Stored items:
----------

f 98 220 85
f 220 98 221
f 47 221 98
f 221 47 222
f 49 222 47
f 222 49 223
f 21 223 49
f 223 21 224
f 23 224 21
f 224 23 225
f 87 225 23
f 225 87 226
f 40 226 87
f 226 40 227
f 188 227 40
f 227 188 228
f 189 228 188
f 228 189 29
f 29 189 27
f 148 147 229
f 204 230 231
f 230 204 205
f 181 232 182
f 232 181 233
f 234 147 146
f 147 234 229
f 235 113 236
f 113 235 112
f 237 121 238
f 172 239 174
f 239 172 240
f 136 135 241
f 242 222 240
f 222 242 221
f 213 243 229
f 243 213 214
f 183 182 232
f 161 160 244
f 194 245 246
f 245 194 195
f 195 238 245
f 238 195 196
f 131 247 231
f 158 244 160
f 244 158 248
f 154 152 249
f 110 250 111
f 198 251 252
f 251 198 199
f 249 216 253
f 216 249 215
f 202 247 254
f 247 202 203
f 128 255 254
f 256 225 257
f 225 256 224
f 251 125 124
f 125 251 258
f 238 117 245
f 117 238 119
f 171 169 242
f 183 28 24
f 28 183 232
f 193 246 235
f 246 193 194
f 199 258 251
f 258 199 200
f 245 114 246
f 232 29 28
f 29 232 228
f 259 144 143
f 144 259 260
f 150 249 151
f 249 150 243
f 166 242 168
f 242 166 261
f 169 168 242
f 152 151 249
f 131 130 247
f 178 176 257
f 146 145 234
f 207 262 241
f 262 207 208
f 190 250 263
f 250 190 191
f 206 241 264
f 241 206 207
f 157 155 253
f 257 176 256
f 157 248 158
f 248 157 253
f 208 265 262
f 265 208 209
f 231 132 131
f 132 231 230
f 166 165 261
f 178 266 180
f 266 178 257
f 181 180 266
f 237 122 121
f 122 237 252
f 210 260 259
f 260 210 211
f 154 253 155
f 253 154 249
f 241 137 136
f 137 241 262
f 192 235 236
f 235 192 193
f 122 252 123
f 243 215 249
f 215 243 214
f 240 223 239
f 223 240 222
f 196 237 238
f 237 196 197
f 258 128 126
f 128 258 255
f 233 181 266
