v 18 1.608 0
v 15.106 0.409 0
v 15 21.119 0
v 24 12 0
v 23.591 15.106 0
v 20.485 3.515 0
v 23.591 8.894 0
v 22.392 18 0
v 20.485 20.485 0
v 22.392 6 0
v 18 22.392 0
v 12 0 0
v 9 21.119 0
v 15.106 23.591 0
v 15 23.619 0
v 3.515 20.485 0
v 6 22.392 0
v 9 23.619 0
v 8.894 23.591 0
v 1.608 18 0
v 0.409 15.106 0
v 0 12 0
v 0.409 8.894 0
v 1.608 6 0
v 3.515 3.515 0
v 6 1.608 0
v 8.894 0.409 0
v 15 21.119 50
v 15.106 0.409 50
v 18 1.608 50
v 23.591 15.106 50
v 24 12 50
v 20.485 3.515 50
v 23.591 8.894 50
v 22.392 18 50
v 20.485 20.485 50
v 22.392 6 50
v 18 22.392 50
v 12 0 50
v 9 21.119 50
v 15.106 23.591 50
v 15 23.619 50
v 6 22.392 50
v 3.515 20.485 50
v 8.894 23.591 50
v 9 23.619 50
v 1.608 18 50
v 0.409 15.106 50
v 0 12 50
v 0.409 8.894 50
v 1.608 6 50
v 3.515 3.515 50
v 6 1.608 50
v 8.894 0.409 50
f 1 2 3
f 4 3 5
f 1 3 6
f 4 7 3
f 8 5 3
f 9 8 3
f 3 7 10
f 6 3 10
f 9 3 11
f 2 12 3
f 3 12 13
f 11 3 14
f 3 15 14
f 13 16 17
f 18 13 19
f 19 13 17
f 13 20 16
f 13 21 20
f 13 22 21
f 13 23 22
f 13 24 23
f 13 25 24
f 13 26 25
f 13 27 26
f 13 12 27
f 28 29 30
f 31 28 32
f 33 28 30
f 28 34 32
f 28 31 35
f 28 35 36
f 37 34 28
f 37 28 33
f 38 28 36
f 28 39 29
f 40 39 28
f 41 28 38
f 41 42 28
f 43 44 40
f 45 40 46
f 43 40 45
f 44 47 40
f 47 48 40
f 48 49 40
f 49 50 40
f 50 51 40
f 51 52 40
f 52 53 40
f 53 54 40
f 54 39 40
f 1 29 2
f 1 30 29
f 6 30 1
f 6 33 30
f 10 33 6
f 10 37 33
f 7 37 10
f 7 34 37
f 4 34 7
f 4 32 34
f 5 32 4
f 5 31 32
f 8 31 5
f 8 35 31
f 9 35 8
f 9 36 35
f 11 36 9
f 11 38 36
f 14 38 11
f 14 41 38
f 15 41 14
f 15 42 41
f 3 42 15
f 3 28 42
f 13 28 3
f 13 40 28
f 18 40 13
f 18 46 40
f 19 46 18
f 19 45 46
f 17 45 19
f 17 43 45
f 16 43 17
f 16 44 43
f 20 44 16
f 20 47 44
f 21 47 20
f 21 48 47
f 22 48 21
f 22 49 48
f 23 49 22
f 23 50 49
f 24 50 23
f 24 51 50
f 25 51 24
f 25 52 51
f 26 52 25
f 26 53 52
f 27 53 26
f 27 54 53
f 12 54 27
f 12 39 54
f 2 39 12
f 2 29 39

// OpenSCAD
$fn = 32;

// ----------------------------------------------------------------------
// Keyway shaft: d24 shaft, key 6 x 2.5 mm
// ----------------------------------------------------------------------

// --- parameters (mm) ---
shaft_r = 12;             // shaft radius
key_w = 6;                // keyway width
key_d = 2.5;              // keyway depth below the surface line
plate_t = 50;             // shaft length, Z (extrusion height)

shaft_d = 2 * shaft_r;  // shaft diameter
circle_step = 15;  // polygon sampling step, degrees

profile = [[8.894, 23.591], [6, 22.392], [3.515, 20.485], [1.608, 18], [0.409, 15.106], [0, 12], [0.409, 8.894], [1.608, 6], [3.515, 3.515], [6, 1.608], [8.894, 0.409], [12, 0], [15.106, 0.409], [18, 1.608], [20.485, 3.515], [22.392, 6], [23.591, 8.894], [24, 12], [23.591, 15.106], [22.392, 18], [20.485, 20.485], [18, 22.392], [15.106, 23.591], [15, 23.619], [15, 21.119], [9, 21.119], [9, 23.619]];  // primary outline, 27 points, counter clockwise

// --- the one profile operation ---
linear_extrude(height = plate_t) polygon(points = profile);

----------

Copy the data above in full, character for character.

# SOLUTION FOR THIS TASK:
f 98 220 85
f 220 98 221
f 47 221 98
f 221 47 222
f 49 222 47
f 222 49 223
f 21 223 49
f 223 21 224
f 23 224 21
f 224 23 225
f 87 225 23
f 225 87 226
f 40 226 87
f 226 40 227
f 188 227 40
f 227 188 228
f 189 228 188
f 228 189 29
f 29 189 27
f 148 147 229
f 204 230 231
f 230 204 205
f 181 232 182
f 232 181 233
f 234 147 146
f 147 234 229
f 235 113 236
f 113 235 112
f 237 121 238
f 172 239 174
f 239 172 240
f 136 135 241
f 242 222 240
f 222 242 221
f 213 243 229
f 243 213 214
f 183 182 232
f 161 160 244
f 194 245 246
f 245 194 195
f 195 238 245
f 238 195 196
f 131 247 231
f 158 244 160
f 244 158 248
f 154 152 249
f 110 250 111
f 198 251 252
f 251 198 199
f 249 216 253
f 216 249 215
f 202 247 254
f 247 202 203
f 128 255 254
f 256 225 257
f 225 256 224
f 251 125 124
f 125 251 258
f 238 117 245
f 117 238 119
f 171 169 242
f 183 28 24
f 28 183 232
f 193 246 235
f 246 193 194
f 199 258 251
f 258 199 200
f 245 114 246
f 232 29 28
f 29 232 228
f 259 144 143
f 144 259 260
f 150 249 151
f 249 150 243
f 166 242 168
f 242 166 261
f 169 168 242
f 152 151 249
f 131 130 247
f 178 176 257
f 146 145 234
f 207 262 241
f 262 207 208
f 190 250 263
f 250 190 191
f 206 241 264
f 241 206 207
f 157 155 253
f 257 176 256
f 157 248 158
f 248 157 253
f 208 265 262
f 265 208 209
f 231 132 131
f 132 231 230
f 166 165 261
f 178 266 180
f 266 178 257
f 181 180 266
f 237 122 121
f 122 237 252
f 210 260 259
f 260 210 211
f 154 253 155
f 253 154 249
f 241 137 136
f 137 241 262
f 192 235 236
f 235 192 193
f 122 252 123
f 243 215 249
f 215 243 214
f 240 223 239
f 223 240 222
f 196 237 238
f 237 196 197
f 258 128 126
f 128 258 255
f 233 181 266
v 18 1.608 0
v 15.106 0.409 0
v 15 21.119 0
v 24 12 0
v 23.591 15.106 0
v 20.485 3.515 0
v 23.591 8.894 0
v 22.392 18 0
v 20.485 20.485 0
v 22.392 6 0
v 18 22.392 0
v 12 0 0
v 9 21.119 0
v 15.106 23.591 0
v 15 23.619 0
v 3.515 20.485 0
v 6 22.392 0
v 9 23.619 0
v 8.894 23.591 0
v 1.608 18 0
v 0.409 15.106 0
v 0 12 0
v 0.409 8.894 0
v 1.608 6 0
v 3.515 3.515 0
v 6 1.608 0
v 8.894 0.409 0
v 15 21.119 50
v 15.106 0.409 50
v 18 1.608 50
v 23.591 15.106 50
v 24 12 50
v 20.485 3.515 50
v 23.591 8.894 50
v 22.392 18 50
v 20.485 20.485 50
v 22.392 6 50
v 18 22.392 50
v 12 0 50
v 9 21.119 50
v 15.106 23.591 50
v 15 23.619 50
v 6 22.392 50
v 3.515 20.485 50
v 8.894 23.591 50
v 9 23.619 50
v 1.608 18 50
v 0.409 15.106 50
v 0 12 50
v 0.409 8.894 50
v 1.608 6 50
v 3.515 3.515 50
v 6 1.608 50
v 8.894 0.409 50
f 1 2 3
f 4 3 5
f 1 3 6
f 4 7 3
f 8 5 3
f 9 8 3
f 3 7 10
f 6 3 10
f 9 3 11
f 2 12 3
f 3 12 13
f 11 3 14
f 3 15 14
f 13 16 17
f 18 13 19
f 19 13 17
f 13 20 16
f 13 21 20
f 13 22 21
f 13 23 22
f 13 24 23
f 13 25 24
f 13 26 25
f 13 27 26
f 13 12 27
f 28 29 30
f 31 28 32
f 33 28 30
f 28 34 32
f 28 31 35
f 28 35 36
f 37 34 28
f 37 28 33
f 38 28 36
f 28 39 29
f 40 39 28
f 41 28 38
f 41 42 28
f 43 44 40
f 45 40 46
f 43 40 45
f 44 47 40
f 47 48 40
f 48 49 40
f 49 50 40
f 50 51 40
f 51 52 40
f 52 53 40
f 53 54 40
f 54 39 40
f 1 29 2
f 1 30 29
f 6 30 1
f 6 33 30
f 10 33 6
f 10 37 33
f 7 37 10
f 7 34 37
f 4 34 7
f 4 32 34
f 5 32 4
f 5 31 32
f 8 31 5
f 8 35 31
f 9 35 8
f 9 36 35
f 11 36 9
f 11 38 36
f 14 38 11
f 14 41 38
f 15 41 14
f 15 42 41
f 3 42 15
f 3 28 42
f 13 28 3
f 13 40 28
f 18 40 13
f 18 46 40
f 19 46 18
f 19 45 46
f 17 45 19
f 17 43 45
f 16 43 17
f 16 44 43
f 20 44 16
f 20 47 44
f 21 47 20
f 21 48 47
f 22 48 21
f 22 49 48
f 23 49 22
f 23 50 49
f 24 50 23
f 24 51 50
f 25 51 24
f 25 52 51
f 26 52 25
f 26 53 52
f 27 53 26
f 27 54 53
f 12 54 27
f 12 39 54
f 2 39 12
f 2 29 39

// OpenSCAD
$fn = 32;

// ----------------------------------------------------------------------
// Keyway shaft: d24 shaft, key 6 x 2.5 mm
// ----------------------------------------------------------------------

// --- parameters (mm) ---
shaft_r = 12;             // shaft radius
key_w = 6;                // keyway width
key_d = 2.5;              // keyway depth below the surface line
plate_t = 50;             // shaft length, Z (extrusion height)

shaft_d = 2 * shaft_r;  // shaft diameter
circle_step = 15;  // polygon sampling step, degrees

profile = [[8.894, 23.591], [6, 22.392], [3.515, 20.485], [1.608, 18], [0.409, 15.106], [0, 12], [0.409, 8.894], [1.608, 6], [3.515, 3.515], [6, 1.608], [8.894, 0.409], [12, 0], [15.106, 0.409], [18, 1.608], [20.485, 3.515], [22.392, 6], [23.591, 8.894], [24, 12], [23.591, 15.106], [22.392, 18], [20.485, 20.485], [18, 22.392], [15.106, 23.591], [15, 23.619], [15, 21.119], [9, 21.119], [9, 23.619]];  // primary outline, 27 points, counter clockwise

// --- the one profile operation ---
linear_extrude(height = plate_t) polygon(points = profile);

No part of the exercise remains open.